_Dataset extract:_
○ ○ ○ ○

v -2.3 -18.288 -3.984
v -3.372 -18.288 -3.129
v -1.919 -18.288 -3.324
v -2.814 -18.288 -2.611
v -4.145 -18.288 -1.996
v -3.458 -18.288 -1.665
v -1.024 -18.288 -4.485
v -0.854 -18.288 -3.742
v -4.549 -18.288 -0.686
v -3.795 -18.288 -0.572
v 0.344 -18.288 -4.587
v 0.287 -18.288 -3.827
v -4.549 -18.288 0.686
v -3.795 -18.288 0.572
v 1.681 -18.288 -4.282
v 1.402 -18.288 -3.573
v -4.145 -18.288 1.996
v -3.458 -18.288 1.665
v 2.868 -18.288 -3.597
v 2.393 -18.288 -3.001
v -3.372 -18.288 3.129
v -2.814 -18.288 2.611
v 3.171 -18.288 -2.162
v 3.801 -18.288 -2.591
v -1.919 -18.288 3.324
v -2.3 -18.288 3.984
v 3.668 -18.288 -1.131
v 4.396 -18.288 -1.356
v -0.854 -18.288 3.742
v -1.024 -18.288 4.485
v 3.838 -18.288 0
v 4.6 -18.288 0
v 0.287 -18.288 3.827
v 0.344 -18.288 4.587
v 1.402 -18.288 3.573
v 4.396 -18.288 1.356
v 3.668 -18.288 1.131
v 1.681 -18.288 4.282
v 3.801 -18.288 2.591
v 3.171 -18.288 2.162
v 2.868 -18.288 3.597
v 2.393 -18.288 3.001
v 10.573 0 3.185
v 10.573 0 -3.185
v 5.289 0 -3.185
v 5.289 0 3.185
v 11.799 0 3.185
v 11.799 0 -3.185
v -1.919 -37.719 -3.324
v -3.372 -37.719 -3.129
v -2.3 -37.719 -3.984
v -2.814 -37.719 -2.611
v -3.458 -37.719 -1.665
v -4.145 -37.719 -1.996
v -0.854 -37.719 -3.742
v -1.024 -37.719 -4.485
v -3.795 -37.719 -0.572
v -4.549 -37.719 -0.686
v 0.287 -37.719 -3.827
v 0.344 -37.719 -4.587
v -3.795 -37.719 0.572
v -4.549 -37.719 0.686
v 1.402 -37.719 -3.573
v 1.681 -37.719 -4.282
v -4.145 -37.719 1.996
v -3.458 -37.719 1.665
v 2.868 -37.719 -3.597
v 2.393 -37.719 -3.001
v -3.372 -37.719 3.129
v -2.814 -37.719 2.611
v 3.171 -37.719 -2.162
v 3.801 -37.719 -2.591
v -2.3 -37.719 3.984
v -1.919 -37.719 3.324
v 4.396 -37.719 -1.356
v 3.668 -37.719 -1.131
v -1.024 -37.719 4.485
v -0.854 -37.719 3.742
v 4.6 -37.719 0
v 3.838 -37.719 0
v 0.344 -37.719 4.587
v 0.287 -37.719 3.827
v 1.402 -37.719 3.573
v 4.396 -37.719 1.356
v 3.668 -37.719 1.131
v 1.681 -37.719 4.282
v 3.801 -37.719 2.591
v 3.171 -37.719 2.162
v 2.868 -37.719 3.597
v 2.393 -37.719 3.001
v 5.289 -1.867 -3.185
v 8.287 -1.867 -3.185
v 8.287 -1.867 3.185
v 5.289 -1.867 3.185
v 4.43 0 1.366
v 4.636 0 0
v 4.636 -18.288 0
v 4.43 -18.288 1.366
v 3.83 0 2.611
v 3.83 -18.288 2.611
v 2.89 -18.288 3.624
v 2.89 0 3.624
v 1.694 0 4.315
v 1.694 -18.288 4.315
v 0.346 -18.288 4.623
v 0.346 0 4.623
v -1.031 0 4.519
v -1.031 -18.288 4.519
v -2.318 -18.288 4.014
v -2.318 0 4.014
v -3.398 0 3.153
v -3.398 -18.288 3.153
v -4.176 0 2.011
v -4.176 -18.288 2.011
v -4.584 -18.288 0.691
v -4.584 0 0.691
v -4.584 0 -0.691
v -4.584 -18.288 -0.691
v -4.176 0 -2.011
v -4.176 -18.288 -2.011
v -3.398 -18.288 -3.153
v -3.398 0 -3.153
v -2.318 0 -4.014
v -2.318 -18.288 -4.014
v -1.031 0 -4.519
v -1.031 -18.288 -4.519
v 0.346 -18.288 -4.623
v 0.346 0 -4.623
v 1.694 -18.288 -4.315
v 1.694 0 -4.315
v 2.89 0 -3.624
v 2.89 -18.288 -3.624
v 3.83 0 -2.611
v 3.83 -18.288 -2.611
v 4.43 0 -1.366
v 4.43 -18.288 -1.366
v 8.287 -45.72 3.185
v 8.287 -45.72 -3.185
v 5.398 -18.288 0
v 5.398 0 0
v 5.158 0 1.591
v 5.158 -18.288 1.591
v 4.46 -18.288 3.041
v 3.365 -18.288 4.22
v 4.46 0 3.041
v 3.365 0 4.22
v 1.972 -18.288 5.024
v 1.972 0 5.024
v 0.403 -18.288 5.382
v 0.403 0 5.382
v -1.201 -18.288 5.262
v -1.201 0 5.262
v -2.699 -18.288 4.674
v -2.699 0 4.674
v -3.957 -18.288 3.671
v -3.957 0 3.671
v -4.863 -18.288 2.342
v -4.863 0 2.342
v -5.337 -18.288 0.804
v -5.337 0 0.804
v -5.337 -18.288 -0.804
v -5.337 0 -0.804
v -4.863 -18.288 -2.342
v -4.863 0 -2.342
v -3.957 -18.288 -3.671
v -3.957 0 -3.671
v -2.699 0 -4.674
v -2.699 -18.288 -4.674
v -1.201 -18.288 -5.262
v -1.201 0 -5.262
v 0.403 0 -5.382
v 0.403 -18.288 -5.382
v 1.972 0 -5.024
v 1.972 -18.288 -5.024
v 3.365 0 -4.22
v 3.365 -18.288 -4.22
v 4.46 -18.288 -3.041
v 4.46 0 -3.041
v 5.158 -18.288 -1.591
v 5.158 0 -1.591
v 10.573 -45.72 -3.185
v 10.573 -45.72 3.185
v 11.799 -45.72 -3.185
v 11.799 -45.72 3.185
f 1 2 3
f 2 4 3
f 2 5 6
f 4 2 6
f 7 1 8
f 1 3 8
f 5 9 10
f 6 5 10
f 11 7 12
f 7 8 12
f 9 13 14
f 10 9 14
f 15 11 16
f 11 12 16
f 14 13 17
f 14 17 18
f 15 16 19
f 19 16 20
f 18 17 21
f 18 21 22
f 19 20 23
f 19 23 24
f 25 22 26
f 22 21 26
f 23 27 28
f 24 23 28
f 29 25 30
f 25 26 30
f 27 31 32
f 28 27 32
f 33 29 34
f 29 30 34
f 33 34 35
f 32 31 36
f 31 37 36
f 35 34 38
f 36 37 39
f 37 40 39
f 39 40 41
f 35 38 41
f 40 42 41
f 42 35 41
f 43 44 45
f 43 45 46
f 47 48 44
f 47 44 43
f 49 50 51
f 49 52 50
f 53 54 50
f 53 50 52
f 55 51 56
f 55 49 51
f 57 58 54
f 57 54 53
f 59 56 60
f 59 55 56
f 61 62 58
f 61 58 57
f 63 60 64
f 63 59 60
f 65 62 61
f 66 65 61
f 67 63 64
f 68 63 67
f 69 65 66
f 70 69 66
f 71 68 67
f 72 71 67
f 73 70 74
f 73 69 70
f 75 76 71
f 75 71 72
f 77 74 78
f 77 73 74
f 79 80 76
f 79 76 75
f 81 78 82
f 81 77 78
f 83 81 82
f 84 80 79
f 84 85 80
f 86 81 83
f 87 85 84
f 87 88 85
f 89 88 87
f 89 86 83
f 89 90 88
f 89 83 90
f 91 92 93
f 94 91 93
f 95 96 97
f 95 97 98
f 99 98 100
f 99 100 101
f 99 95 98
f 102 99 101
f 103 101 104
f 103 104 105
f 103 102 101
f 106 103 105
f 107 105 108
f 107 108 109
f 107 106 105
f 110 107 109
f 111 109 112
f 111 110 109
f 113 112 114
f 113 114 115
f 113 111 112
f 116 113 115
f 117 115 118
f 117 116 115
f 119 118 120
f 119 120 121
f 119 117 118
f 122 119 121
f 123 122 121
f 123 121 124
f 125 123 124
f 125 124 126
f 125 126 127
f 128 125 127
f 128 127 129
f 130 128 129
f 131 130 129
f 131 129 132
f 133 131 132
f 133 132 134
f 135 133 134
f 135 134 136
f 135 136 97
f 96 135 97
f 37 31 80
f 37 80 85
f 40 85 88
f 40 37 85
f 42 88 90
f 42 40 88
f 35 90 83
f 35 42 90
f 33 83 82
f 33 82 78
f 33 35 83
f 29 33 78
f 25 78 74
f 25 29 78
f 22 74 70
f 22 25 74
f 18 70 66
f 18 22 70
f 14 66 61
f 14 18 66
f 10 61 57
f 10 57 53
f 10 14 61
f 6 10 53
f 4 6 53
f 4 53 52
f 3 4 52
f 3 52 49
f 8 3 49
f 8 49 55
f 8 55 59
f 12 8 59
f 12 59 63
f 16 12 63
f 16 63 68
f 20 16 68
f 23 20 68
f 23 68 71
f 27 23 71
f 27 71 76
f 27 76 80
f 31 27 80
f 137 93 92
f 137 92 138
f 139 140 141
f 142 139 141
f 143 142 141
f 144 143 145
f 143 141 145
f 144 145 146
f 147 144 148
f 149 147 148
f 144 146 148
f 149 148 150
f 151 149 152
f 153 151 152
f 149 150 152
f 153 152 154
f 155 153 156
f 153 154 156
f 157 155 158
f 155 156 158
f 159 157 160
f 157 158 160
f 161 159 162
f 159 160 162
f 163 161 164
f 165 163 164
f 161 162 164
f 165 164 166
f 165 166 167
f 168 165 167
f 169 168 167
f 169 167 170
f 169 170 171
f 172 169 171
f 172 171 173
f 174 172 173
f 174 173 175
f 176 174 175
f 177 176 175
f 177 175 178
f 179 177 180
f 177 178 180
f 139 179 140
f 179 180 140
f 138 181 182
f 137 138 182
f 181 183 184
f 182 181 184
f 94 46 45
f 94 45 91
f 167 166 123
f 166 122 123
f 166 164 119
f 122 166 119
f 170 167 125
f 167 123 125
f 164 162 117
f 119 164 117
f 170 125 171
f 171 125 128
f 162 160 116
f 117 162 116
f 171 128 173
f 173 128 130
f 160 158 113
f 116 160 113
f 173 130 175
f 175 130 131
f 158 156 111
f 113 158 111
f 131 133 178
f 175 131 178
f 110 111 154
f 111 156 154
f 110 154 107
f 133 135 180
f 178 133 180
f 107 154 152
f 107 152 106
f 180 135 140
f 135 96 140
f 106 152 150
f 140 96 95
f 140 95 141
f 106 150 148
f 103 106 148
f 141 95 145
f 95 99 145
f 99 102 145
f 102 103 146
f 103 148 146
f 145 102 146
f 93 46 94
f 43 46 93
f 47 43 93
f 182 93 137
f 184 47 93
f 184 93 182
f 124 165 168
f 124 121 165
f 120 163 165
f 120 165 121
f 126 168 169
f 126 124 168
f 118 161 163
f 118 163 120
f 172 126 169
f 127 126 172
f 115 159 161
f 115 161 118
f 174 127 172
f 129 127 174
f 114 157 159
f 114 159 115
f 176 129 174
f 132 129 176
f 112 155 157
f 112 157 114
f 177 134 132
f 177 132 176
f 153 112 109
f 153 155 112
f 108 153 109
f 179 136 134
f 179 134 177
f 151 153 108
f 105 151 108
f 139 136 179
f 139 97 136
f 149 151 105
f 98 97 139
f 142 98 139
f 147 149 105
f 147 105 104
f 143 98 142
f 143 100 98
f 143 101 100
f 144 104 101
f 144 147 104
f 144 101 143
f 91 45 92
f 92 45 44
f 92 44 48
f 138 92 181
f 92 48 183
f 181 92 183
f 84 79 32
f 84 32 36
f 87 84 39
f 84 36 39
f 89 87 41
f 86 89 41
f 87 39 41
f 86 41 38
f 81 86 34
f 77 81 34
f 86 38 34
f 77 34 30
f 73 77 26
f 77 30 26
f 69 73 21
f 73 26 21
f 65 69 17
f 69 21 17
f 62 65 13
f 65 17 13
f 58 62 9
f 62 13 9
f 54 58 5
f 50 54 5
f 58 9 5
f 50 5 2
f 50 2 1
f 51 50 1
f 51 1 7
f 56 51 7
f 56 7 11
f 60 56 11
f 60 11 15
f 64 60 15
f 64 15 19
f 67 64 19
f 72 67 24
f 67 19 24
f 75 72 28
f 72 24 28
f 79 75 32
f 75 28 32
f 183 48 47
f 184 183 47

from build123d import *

# Parameters (mm, degrees)
F0_R      = 5.3975
F1_DEPTH  = 18.288
F2_T      = -0.762
F3_R      = 4.600211285
F4_DEPTH  = 19.431
F5_T      = -0.762
F6_W      = 4.6940159253
F6_H      = 10.2641077222
F7_DEPTH  = 45.72
F8_W      = 3.4673514045
F8_H      = 45.72
F9_DEPTH  = 25.4
F10_W     = 45.72
F10_H     = 1.9464063645
F10_H_2   = 1.9479215399
F11_DEPTH = 25.4
F12_W     = 1.8670405261
F12_H     = 6.3697798178
F13_DEPTH = 5.2832
F14_W     = 43.8529594739
F14_H     = 6.3697798178
F15_DEPTH = 2.286


with BuildPart() as f1:
    # F0 (on Front) → F1 (new body)
    with BuildSketch(Plane.XZ):
        Circle(F0_R)
    extrude(amount=F1_DEPTH)

    # F2
    f2_openings = [f1.faces().sort_by_distance(p)[0] for p in [
        (0, 0, 0),
        (0, -18.288, 0),
    ]]
    offset(amount=F2_T, openings=f2_openings)


with BuildPart() as f4:
    # F3 (on face) → F4 (new body)
    with BuildSketch(Plane.XZ.offset(18.288)):
        Circle(F3_R)
    extrude(amount=F4_DEPTH)

    # F5
    f5_openings = [f4.faces().sort_by_distance(p)[0] for p in [
        (0, -37.719, 0),
        (0, -18.288, 0),
    ]]
    offset(amount=F5_T, openings=f5_openings)


with BuildPart() as f7:
    # F6 (on face) → F7 (new body)
    with BuildSketch(Plane(origin=(0, 0, 0), x_dir=(-1, 0, 0), z_dir=(0, 1, 0))):
        with Locations((-9.4523209978, -0.0007575877)):
            Rectangle(F6_W, F6_H)
    extrude(amount=-F7_DEPTH)

    # F8 (on face) → F9 (cut)
    with BuildSketch(Plane(origin=(0, 0, -5.1328114488), x_dir=(1, 0, 0), z_dir=(0, 0, -1))):
        with Locations((8.8389887374, 22.86)):
            Rectangle(F8_W, F8_H)
    extrude(amount=-F9_DEPTH, mode=Mode.SUBTRACT)

    # F10 (on face) → F11 (cut)
    with BuildSketch(Plane.YZ.offset(11.7993289605)):
        with Locations((-22.86, 4.1580930911)):
            Rectangle(F10_W, F10_H)
        with Locations((-22.86, -4.1588506788)):
            Rectangle(F10_W, F10_H_2)
    extrude(amount=-F11_DEPTH, mode=Mode.SUBTRACT)

    # F12 (on face) → F13 (join)
    with BuildSketch(Plane(origin=(10.5726644397, 0, 0), x_dir=(0, -1, 0), z_dir=(-1, 0, 0))):
        with Locations((0.9335202631, 0)):
            Rectangle(F12_W, F12_H)
    extrude(amount=F13_DEPTH)

    # F14 (on face) → F15 (join)
    with BuildSketch(Plane(origin=(10.5726644397, 0, 0), x_dir=(0, -1, 0), z_dir=(-1, 0, 0))):
        with Locations((23.7935202631, 0)):
            Rectangle(F14_W, F14_H)
    extrude(amount=F15_DEPTH)


solid = Compound([f1.part, f4.part, f7.part])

○ ○ ○ ○

_Problem statement:_
Transcribe, exactly as written, all lines of the entries above from the first to the one containing "v -0.854 -37.719 -3.742", and no more.

_Solution for this problem:_
v -2.3 -18.288 -3.984
v -3.372 -18.288 -3.129
v -1.919 -18.288 -3.324
v -2.814 -18.288 -2.611
v -4.145 -18.288 -1.996
v -3.458 -18.288 -1.665
v -1.024 -18.288 -4.485
v -0.854 -18.288 -3.742
v -4.549 -18.288 -0.686
v -3.795 -18.288 -0.572
v 0.344 -18.288 -4.587
v 0.287 -18.288 -3.827
v -4.549 -18.288 0.686
v -3.795 -18.288 0.572
v 1.681 -18.288 -4.282
v 1.402 -18.288 -3.573
v -4.145 -18.288 1.996
v -3.458 -18.288 1.665
v 2.868 -18.288 -3.597
v 2.393 -18.288 -3.001
v -3.372 -18.288 3.129
v -2.814 -18.288 2.611
v 3.171 -18.288 -2.162
v 3.801 -18.288 -2.591
v -1.919 -18.288 3.324
v -2.3 -18.288 3.984
v 3.668 -18.288 -1.131
v 4.396 -18.288 -1.356
v -0.854 -18.288 3.742
v -1.024 -18.288 4.485
v 3.838 -18.288 0
v 4.6 -18.288 0
v 0.287 -18.288 3.827
v 0.344 -18.288 4.587
v 1.402 -18.288 3.573
v 4.396 -18.288 1.356
v 3.668 -18.288 1.131
v 1.681 -18.288 4.282
v 3.801 -18.288 2.591
v 3.171 -18.288 2.162
v 2.868 -18.288 3.597
v 2.393 -18.288 3.001
v 10.573 0 3.185
v 10.573 0 -3.185
v 5.289 0 -3.185
v 5.289 0 3.185
v 11.799 0 3.185
v 11.799 0 -3.185
v -1.919 -37.719 -3.324
v -3.372 -37.719 -3.129
v -2.3 -37.719 -3.984
v -2.814 -37.719 -2.611
v -3.458 -37.719 -1.665
v -4.145 -37.719 -1.996
v -0.854 -37.719 -3.742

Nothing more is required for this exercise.